Stored data
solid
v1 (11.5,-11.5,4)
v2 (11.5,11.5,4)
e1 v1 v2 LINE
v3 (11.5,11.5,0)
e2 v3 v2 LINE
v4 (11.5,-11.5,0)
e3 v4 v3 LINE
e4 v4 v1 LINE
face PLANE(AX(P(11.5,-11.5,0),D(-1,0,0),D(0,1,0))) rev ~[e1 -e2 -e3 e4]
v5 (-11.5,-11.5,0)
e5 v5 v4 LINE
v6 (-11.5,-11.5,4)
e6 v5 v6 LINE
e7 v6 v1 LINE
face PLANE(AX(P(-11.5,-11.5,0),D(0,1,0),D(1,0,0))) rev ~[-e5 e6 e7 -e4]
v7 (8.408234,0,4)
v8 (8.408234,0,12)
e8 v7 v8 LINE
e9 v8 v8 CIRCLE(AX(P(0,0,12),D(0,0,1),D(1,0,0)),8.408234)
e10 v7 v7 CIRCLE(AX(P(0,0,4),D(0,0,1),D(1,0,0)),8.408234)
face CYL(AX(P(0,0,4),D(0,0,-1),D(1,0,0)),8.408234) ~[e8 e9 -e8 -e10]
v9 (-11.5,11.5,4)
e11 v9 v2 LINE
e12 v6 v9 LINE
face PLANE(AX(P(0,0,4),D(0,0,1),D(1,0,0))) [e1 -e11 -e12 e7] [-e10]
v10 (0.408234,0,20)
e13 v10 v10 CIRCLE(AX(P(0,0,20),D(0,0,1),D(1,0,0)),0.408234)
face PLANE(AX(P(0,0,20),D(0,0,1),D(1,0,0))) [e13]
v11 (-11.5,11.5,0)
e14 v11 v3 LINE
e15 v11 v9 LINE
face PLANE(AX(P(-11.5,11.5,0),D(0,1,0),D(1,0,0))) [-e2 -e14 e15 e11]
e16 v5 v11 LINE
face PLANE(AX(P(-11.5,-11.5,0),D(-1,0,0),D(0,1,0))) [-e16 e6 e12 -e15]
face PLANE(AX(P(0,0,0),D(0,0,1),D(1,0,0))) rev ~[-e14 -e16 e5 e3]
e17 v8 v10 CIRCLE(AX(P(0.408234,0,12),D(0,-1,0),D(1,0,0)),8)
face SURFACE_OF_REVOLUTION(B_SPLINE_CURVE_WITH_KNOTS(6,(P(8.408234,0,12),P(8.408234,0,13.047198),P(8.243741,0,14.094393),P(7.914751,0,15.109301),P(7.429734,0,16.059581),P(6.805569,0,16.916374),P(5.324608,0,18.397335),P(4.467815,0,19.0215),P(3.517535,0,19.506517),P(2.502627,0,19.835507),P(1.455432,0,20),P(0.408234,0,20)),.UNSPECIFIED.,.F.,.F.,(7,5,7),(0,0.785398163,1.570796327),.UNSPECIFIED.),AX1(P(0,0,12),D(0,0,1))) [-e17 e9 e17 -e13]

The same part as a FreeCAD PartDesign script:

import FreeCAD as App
import Part
import Sketcher
Q = App.Units.Quantity


def edges_at(feature, points):
    """Names of the edges that pass closest to the given points."""
    edges = feature.Shape.Edges
    near = lambda p: min(range(len(edges)), key=lambda i: edges[i].distToShape(Part.Vertex(*p))[0])
    return sorted({f"Edge{near(p) + 1}" for p in points})

doc = App.newDocument("Part")
params = doc.addObject("Spreadsheet::Sheet", "Params")
for row, (alias, value) in enumerate([
    ("sketch1_width", "23 mm"),
    ("pad1_length", "4 mm"),
    ("pad2_length", "16 mm"),
    ("fillet_radius", "8 mm"),
], start=1):
    params.set(f"A{row}", alias)
    params.set(f"B{row}", "=" + value)
    params.setAlias(f"B{row}", alias)

body = doc.addObject("PartDesign::Body", "Body")

# Sketch on XY plane
sketch1 = body.newObject("Sketcher::SketchObject", "Sketch")
sketch1.AttachmentSupport = (doc.getObject("XY_Plane"), [""])
sketch1.MapMode = "FlatFace"
sketch1.addGeometry(Part.LineSegment(App.Vector(-11.5, 11.5, 0), App.Vector(-11.5, -11.5, 0)), False)
sketch1.addGeometry(Part.LineSegment(App.Vector(-11.5, -11.5, 0), App.Vector(11.5, -11.5, 0)), False)
sketch1.addGeometry(Part.LineSegment(App.Vector(11.5, -11.5, 0), App.Vector(11.5, 11.5, 0)), False)
sketch1.addGeometry(Part.LineSegment(App.Vector(11.5, 11.5, 0), App.Vector(-11.5, 11.5, 0)), False)
sketch1.addConstraint(Sketcher.Constraint("Coincident", 0, 2, 1, 1))
sketch1.addConstraint(Sketcher.Constraint("Coincident", 1, 2, 2, 1))
sketch1.addConstraint(Sketcher.Constraint("Coincident", 2, 2, 3, 1))
sketch1.addConstraint(Sketcher.Constraint("Coincident", 3, 2, 0, 1))
sketch1.addConstraint(Sketcher.Constraint("Vertical", 0))
sketch1.addConstraint(Sketcher.Constraint("Horizontal", 1))
sketch1.addConstraint(Sketcher.Constraint("Vertical", 2))
sketch1.addConstraint(Sketcher.Constraint("Horizontal", 3))
sketch1.addConstraint(Sketcher.Constraint("Symmetric", 0, 2, 2, 2, -1, 1))
sketch1.addConstraint(Sketcher.Constraint("Equal", 3, 0))
sketch1.addConstraint(Sketcher.Constraint("DistanceX", 1, 1, 1, 2, Q("23 mm")))
sketch1.setExpression("Constraints[10]", "Params.sketch1_width")
pad1 = body.newObject("PartDesign::Pad", "Pad")
pad1.Profile = sketch1
pad1.setExpression("Length", "Params.pad1_length")

# Sketch on XY plane
sketch2 = body.newObject("Sketcher::SketchObject", "Sketch001")
sketch2.AttachmentSupport = (doc.getObject("XY_Plane"), [""])
sketch2.MapMode = "FlatFace"
sketch2.AttachmentOffset = App.Placement(App.Vector(0, 0, 4), App.Rotation())
sketch2.addGeometry(Part.Circle(App.Vector(0, 0, 0), App.Vector(0, 0, 1), 8.408234), False)
sketch2.addConstraint(Sketcher.Constraint("Coincident", 0, 3, -1, 1))
sketch2.addConstraint(Sketcher.Constraint("Diameter", 0, Q("16.816468 mm")))
pad2 = body.newObject("PartDesign::Pad", "Pad001")
pad2.Profile = sketch2
pad2.setExpression("Length", "Params.pad2_length")
doc.recompute()

fillet = body.newObject("PartDesign::Fillet", "Fillet")
fillet.Base = (pad2, edges_at(pad2, [(-8.408, 0, 20)]))
fillet.setExpression("Radius", "Params.fillet_radius")

doc.recompute()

| What to do |
In the data above, retype exactly and only the lines between the one holding "e9 e17 -e13]" and the one holding "The same part", inclusive.

| Written answer |
face SURFACE_OF_REVOLUTION(B_SPLINE_CURVE_WITH_KNOTS(6,(P(8.408234,0,12),P(8.408234,0,13.047198),P(8.243741,0,14.094393),P(7.914751,0,15.109301),P(7.429734,0,16.059581),P(6.805569,0,16.916374),P(5.324608,0,18.397335),P(4.467815,0,19.0215),P(3.517535,0,19.506517),P(2.502627,0,19.835507),P(1.455432,0,20),P(0.408234,0,20)),.UNSPECIFIED.,.F.,.F.,(7,5,7),(0,0.785398163,1.570796327),.UNSPECIFIED.),AX1(P(0,0,12),D(0,0,1))) [-e17 e9 e17 -e13]

The same part as a FreeCAD PartDesign script:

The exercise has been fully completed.